• What to work on:
Pull every line that includes the word "ThreePointArc" out of the data below and copy it.

• Stored data:
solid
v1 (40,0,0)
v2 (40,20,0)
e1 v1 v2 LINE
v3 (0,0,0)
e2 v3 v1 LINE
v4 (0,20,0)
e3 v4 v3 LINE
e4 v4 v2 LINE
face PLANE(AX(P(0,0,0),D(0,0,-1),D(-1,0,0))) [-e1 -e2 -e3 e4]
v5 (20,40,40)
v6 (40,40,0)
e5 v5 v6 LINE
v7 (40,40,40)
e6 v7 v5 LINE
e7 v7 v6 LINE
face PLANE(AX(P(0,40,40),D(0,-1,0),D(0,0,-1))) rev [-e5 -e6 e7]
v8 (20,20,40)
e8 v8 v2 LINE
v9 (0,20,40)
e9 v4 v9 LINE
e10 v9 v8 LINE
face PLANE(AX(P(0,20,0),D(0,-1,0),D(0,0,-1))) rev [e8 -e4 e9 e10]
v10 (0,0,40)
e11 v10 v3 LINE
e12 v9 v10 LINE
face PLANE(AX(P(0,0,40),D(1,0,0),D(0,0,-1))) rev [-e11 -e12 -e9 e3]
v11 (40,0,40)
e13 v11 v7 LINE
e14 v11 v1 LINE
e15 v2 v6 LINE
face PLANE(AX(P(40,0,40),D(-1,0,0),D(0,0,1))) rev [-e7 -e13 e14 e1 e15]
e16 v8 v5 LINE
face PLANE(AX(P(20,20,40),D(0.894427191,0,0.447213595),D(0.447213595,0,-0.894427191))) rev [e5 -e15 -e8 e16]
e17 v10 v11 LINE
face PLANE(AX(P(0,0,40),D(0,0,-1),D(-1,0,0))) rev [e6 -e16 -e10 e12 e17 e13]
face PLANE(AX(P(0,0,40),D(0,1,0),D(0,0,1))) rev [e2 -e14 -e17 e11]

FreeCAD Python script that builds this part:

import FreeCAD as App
import Part
import Sketcher
Q = App.Units.Quantity


def add_polygon(sketch, points):
    """Adds a closed chain of lines whose ends are joined by coincident constraints."""
    first, n = sketch.GeometryCount, len(points)
    for a, b in zip(points, points[1:] + points[:1]):
        sketch.addGeometry(Part.LineSegment(App.Vector(*a, 0), App.Vector(*b, 0)), False)
    for i in range(n):
        sketch.addConstraint(Sketcher.Constraint("Coincident", first + i, 2, first + (i + 1) % n, 1))

doc = App.newDocument("Part")
body = doc.addObject("PartDesign::Body", "Body")

# Sketch on XY plane
sketch1 = body.newObject("Sketcher::SketchObject", "Sketch")
sketch1.AttachmentSupport = (doc.getObject("XY_Plane"), [""])
sketch1.MapMode = "FlatFace"
add_polygon(sketch1, [(0, 40), (0, 0), (40, 0), (40, 40)])  # lines 0-3
sketch1.addConstraint(Sketcher.Constraint("Vertical", 0))
sketch1.addConstraint(Sketcher.Constraint("Horizontal", 1))
sketch1.addConstraint(Sketcher.Constraint("Vertical", 2))
sketch1.addConstraint(Sketcher.Constraint("Horizontal", 3))
sketch1.addConstraint(Sketcher.Constraint("Coincident", 0, 2, -1, 1))
sketch1.addConstraint(Sketcher.Constraint("Equal", 3, 0))
sketch1.addConstraint(Sketcher.Constraint("DistanceX", 1, 1, 1, 2, Q("40 mm")))
pad1 = body.newObject("PartDesign::Pad", "Pad")
pad1.Profile = sketch1
pad1.Length = 40

# Sketch on XY plane
sketch2 = body.newObject("Sketcher::SketchObject", "Sketch001")
sketch2.AttachmentSupport = (doc.getObject("XY_Plane"), [""])
sketch2.MapMode = "FlatFace"
sketch2.AttachmentOffset = App.Placement(App.Vector(0, 0, 40), App.Rotation())
add_polygon(sketch2, [(0, 40), (0, 20), (20, 20), (20, 40)])  # lines 0-3
sketch2.addConstraint(Sketcher.Constraint("Vertical", 0))
sketch2.addConstraint(Sketcher.Constraint("Horizontal", 1))
sketch2.addConstraint(Sketcher.Constraint("Vertical", 2))
sketch2.addConstraint(Sketcher.Constraint("Horizontal", 3))
sketch2.addConstraint(Sketcher.Constraint("PointOnObject", 0, 2, -2))
sketch2.addConstraint(Sketcher.Constraint("Equal", 3, 0))
sketch2.addConstraint(Sketcher.Constraint("DistanceX", 1, 1, 1, 2, Q("20 mm")))
sketch2.addConstraint(Sketcher.Constraint("DistanceY", -1, 1, 0, 2, Q("20 mm")))
pocket1 = body.newObject("PartDesign::Pocket", "Pocket")
pocket1.Profile = sketch2
pocket1.Length = 40

# Sketch on XZ plane
sketch3 = body.newObject("Sketcher::SketchObject", "Sketch002")
sketch3.AttachmentSupport = (doc.getObject("XZ_Plane"), [""])
sketch3.MapMode = "FlatFace"
sketch3.AttachmentOffset = App.Placement(App.Vector(0, 0, -40), App.Rotation())
add_polygon(sketch3, [(20, 40), (40, 0), (20, 0)])  # lines 0-2
sketch3.addConstraint(Sketcher.Constraint("Horizontal", 1))
sketch3.addConstraint(Sketcher.Constraint("Vertical", 2))
sketch3.addConstraint(Sketcher.Constraint("PointOnObject", 0, 2, -1))
sketch3.addConstraint(Sketcher.Constraint("DistanceX", 1, 2, 1, 1, Q("20 mm")))
sketch3.addConstraint(Sketcher.Constraint("DistanceY", 2, 1, 2, 2, Q("40 mm")))
sketch3.addConstraint(Sketcher.Constraint("DistanceX", -1, 1, 0, 2, Q("40 mm")))
pocket2 = body.newObject("PartDesign::Pocket", "Pocket001")
pocket2.Profile = sketch3
pocket2.Length = 20
pocket2.Reversed = True

doc.recompute()
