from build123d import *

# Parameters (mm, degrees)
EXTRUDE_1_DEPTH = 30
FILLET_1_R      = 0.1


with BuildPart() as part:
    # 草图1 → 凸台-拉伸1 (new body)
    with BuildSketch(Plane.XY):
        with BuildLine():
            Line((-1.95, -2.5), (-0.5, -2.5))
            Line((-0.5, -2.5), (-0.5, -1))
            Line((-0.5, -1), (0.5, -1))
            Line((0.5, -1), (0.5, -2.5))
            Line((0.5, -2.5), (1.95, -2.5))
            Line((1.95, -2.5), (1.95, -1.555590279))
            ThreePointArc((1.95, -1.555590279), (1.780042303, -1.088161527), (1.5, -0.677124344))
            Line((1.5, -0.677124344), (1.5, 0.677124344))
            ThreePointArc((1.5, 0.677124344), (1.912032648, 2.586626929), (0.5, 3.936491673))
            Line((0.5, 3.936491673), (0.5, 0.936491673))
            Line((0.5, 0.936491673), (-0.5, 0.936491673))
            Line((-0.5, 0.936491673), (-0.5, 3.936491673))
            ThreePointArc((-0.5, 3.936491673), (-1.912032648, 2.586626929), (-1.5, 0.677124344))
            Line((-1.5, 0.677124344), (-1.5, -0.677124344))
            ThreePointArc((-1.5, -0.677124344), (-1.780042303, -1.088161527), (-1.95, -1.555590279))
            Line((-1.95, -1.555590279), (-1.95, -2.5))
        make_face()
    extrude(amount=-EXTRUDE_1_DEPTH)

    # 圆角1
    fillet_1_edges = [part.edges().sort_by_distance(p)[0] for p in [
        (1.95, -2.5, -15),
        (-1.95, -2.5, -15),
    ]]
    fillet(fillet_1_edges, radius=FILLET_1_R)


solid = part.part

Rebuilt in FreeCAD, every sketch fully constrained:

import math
import FreeCAD as App
import Part
import Sketcher
from FreeCAD import Vector


def edges_at(feature, points):
    """Names of the edges that pass closest to the given points."""
    edges = feature.Shape.Edges
    near = lambda p: min(range(len(edges)), key=lambda i: edges[i].distToShape(Part.Vertex(*p))[0])
    return sorted({f"Edge{near(p) + 1}" for p in points})

doc = App.newDocument("Part")
body = doc.addObject("PartDesign::Body", "Body")

# Sketch on XY plane
sketch1 = doc.addObject("Sketcher::SketchObject", "Sketch")
body.addObject(sketch1)
sketch1.AttachmentSupport = (doc.XY_Plane, [""])
sketch1.MapMode = "FlatFace"
sketch1.addGeometry(Part.LineSegment(Vector(-1.9, -2.5, 0), Vector(-0.5, -2.5, 0)), False)
sketch1.addGeometry(Part.LineSegment(Vector(-0.5, -2.5, 0), Vector(-0.5, -1, 0)), False)
sketch1.addGeometry(Part.LineSegment(Vector(-0.5, -1, 0), Vector(0.5, -1, 0)), False)
sketch1.addGeometry(Part.LineSegment(Vector(0.5, -1, 0), Vector(0.5, -2.5, 0)), False)
sketch1.addGeometry(Part.LineSegment(Vector(0.5, -2.5, 0), Vector(1.9, -2.5, 0)), False)
sketch1.addGeometry(Part.LineSegment(Vector(1.9, -2.5, 0), Vector(1.9, -1.6, 0)), False)
sketch1.addGeometry(Part.ArcOfCircle(Part.Circle(Vector(0, -2, 0), Vector(0, 0, 1), 2), math.radians(13), math.radians(41)), False)
sketch1.addGeometry(Part.LineSegment(Vector(1.5, -0.7, 0), Vector(1.5, 0.7, 0)), False)
sketch1.addGeometry(Part.ArcOfCircle(Part.Circle(Vector(0, 2, 0), Vector(0, 0, 1), 2), math.radians(-41), math.radians(76)), False)
sketch1.addGeometry(Part.LineSegment(Vector(0.5, 3.9, 0), Vector(0.5, 0.9, 0)), False)
sketch1.addGeometry(Part.LineSegment(Vector(0.5, 0.9, 0), Vector(-0.5, 0.9, 0)), False)
sketch1.addGeometry(Part.LineSegment(Vector(-0.5, 0.9, 0), Vector(-0.5, 3.9, 0)), False)
sketch1.addGeometry(Part.ArcOfCircle(Part.Circle(Vector(0, 2, 0), Vector(0, 0, 1), 2), math.radians(104), math.radians(221)), False)
sketch1.addGeometry(Part.LineSegment(Vector(-1.5, 0.7, 0), Vector(-1.5, -0.7, 0)), False)
sketch1.addGeometry(Part.ArcOfCircle(Part.Circle(Vector(0, -2, 0), Vector(0, 0, 1), 2), math.radians(139), math.radians(167)), False)
sketch1.addGeometry(Part.LineSegment(Vector(-1.9, -1.6, 0), Vector(-1.9, -2.5, 0)), False)
sketch1.addConstraint(Sketcher.Constraint("Coincident", 0, 2, 1, 1))
sketch1.addConstraint(Sketcher.Constraint("Coincident", 1, 2, 2, 1))
sketch1.addConstraint(Sketcher.Constraint("Coincident", 2, 2, 3, 1))
sketch1.addConstraint(Sketcher.Constraint("Coincident", 3, 2, 4, 1))
sketch1.addConstraint(Sketcher.Constraint("Coincident", 4, 2, 5, 1))
sketch1.addConstraint(Sketcher.Constraint("Coincident", 5, 2, 6, 1))
sketch1.addConstraint(Sketcher.Constraint("Coincident", 6, 2, 7, 1))
sketch1.addConstraint(Sketcher.Constraint("Coincident", 7, 2, 8, 1))
sketch1.addConstraint(Sketcher.Constraint("Coincident", 8, 2, 9, 1))
sketch1.addConstraint(Sketcher.Constraint("Coincident", 9, 2, 10, 1))
sketch1.addConstraint(Sketcher.Constraint("Coincident", 10, 2, 11, 1))
sketch1.addConstraint(Sketcher.Constraint("Coincident", 11, 2, 12, 1))
sketch1.addConstraint(Sketcher.Constraint("Coincident", 12, 2, 13, 1))
sketch1.addConstraint(Sketcher.Constraint("Coincident", 13, 2, 14, 1))
sketch1.addConstraint(Sketcher.Constraint("Coincident", 14, 2, 15, 1))
sketch1.addConstraint(Sketcher.Constraint("Coincident", 15, 2, 0, 1))
sketch1.addConstraint(Sketcher.Constraint("Horizontal", 0))
sketch1.addConstraint(Sketcher.Constraint("Vertical", 1))
sketch1.addConstraint(Sketcher.Constraint("Horizontal", 2))
sketch1.addConstraint(Sketcher.Constraint("Vertical", 3))
sketch1.addConstraint(Sketcher.Constraint("Horizontal", 4))
sketch1.addConstraint(Sketcher.Constraint("Vertical", 5))
sketch1.addConstraint(Sketcher.Constraint("Vertical", 7))
sketch1.addConstraint(Sketcher.Constraint("Vertical", 9))
sketch1.addConstraint(Sketcher.Constraint("Horizontal", 10))
sketch1.addConstraint(Sketcher.Constraint("Vertical", 11))
sketch1.addConstraint(Sketcher.Constraint("Vertical", 13))
sketch1.addConstraint(Sketcher.Constraint("Vertical", 15))
sketch1.addConstraint(Sketcher.Constraint("Coincident", 12, 3, 8, 3))
sketch1.addConstraint(Sketcher.Constraint("Coincident", 14, 3, 6, 3))
sketch1.addConstraint(Sketcher.Constraint("Equal", 6, 8))
sketch1.addConstraint(Sketcher.Constraint("Equal", 8, 12))
sketch1.addConstraint(Sketcher.Constraint("Equal", 12, 14))
sketch1.addConstraint(Sketcher.Constraint("Symmetric", 6, 3, 8, 3, -1, 1))
sketch1.addConstraint(Sketcher.Constraint("Symmetric", 0, 2, 3, 2, -2))
sketch1.addConstraint(Sketcher.Constraint("Symmetric", 8, 2, 11, 2, -2))
sketch1.addConstraint(Sketcher.Constraint("Horizontal", 7, 2, 12, 2))
sketch1.addConstraint(Sketcher.Constraint("Horizontal", 5, 2, 14, 2))
sketch1.addConstraint(Sketcher.Constraint("Vertical", 3, 2, 8, 2))
sketch1.addConstraint(Sketcher.Constraint("Radius", 6, 2.0))
sketch1.addConstraint(Sketcher.Constraint("DistanceX", 2, 1, 2, 2, 1.0))
sketch1.addConstraint(Sketcher.Constraint("DistanceY", 9, 2, 9, 1, 3.0))
sketch1.addConstraint(Sketcher.Constraint("DistanceY", 1, 1, 1, 2, 1.5))
sketch1.addConstraint(Sketcher.Constraint("DistanceY", 6, 3, -1, 1, 2.0))
sketch1.addConstraint(Sketcher.Constraint("DistanceY", 1, 2, -1, 1, 1.0))
sketch1.addConstraint(Sketcher.Constraint("DistanceX", 2, 2, 6, 2, 1.0))
sketch1.addConstraint(Sketcher.Constraint("DistanceX", 0, 1, 0, 2, 1.45))
pad1 = doc.addObject("PartDesign::Pad", "Pad")
body.addObject(pad1)
pad1.Profile = sketch1
pad1.Length = 30
pad1.Reversed = True
doc.recompute()

fillet = doc.addObject("PartDesign::Fillet", "Fillet")
body.addObject(fillet)
fillet.Base = (pad1, edges_at(pad1, [(1.95, -2.5, -15), (-1.95, -2.5, -15)]))
fillet.Radius = 0.1

doc.recompute()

• Solution for this task:
            ThreePointArc((1.95, -1.555590279), (1.780042303, -1.088161527), (1.5, -0.677124344))
            ThreePointArc((1.5, 0.677124344), (1.912032648, 2.586626929), (0.5, 3.936491673))
            ThreePointArc((-0.5, 3.936491673), (-1.912032648, 2.586626929), (-1.5, 0.677124344))
            ThreePointArc((-1.5, -0.677124344), (-1.780042303, -1.088161527), (-1.95, -1.555590279))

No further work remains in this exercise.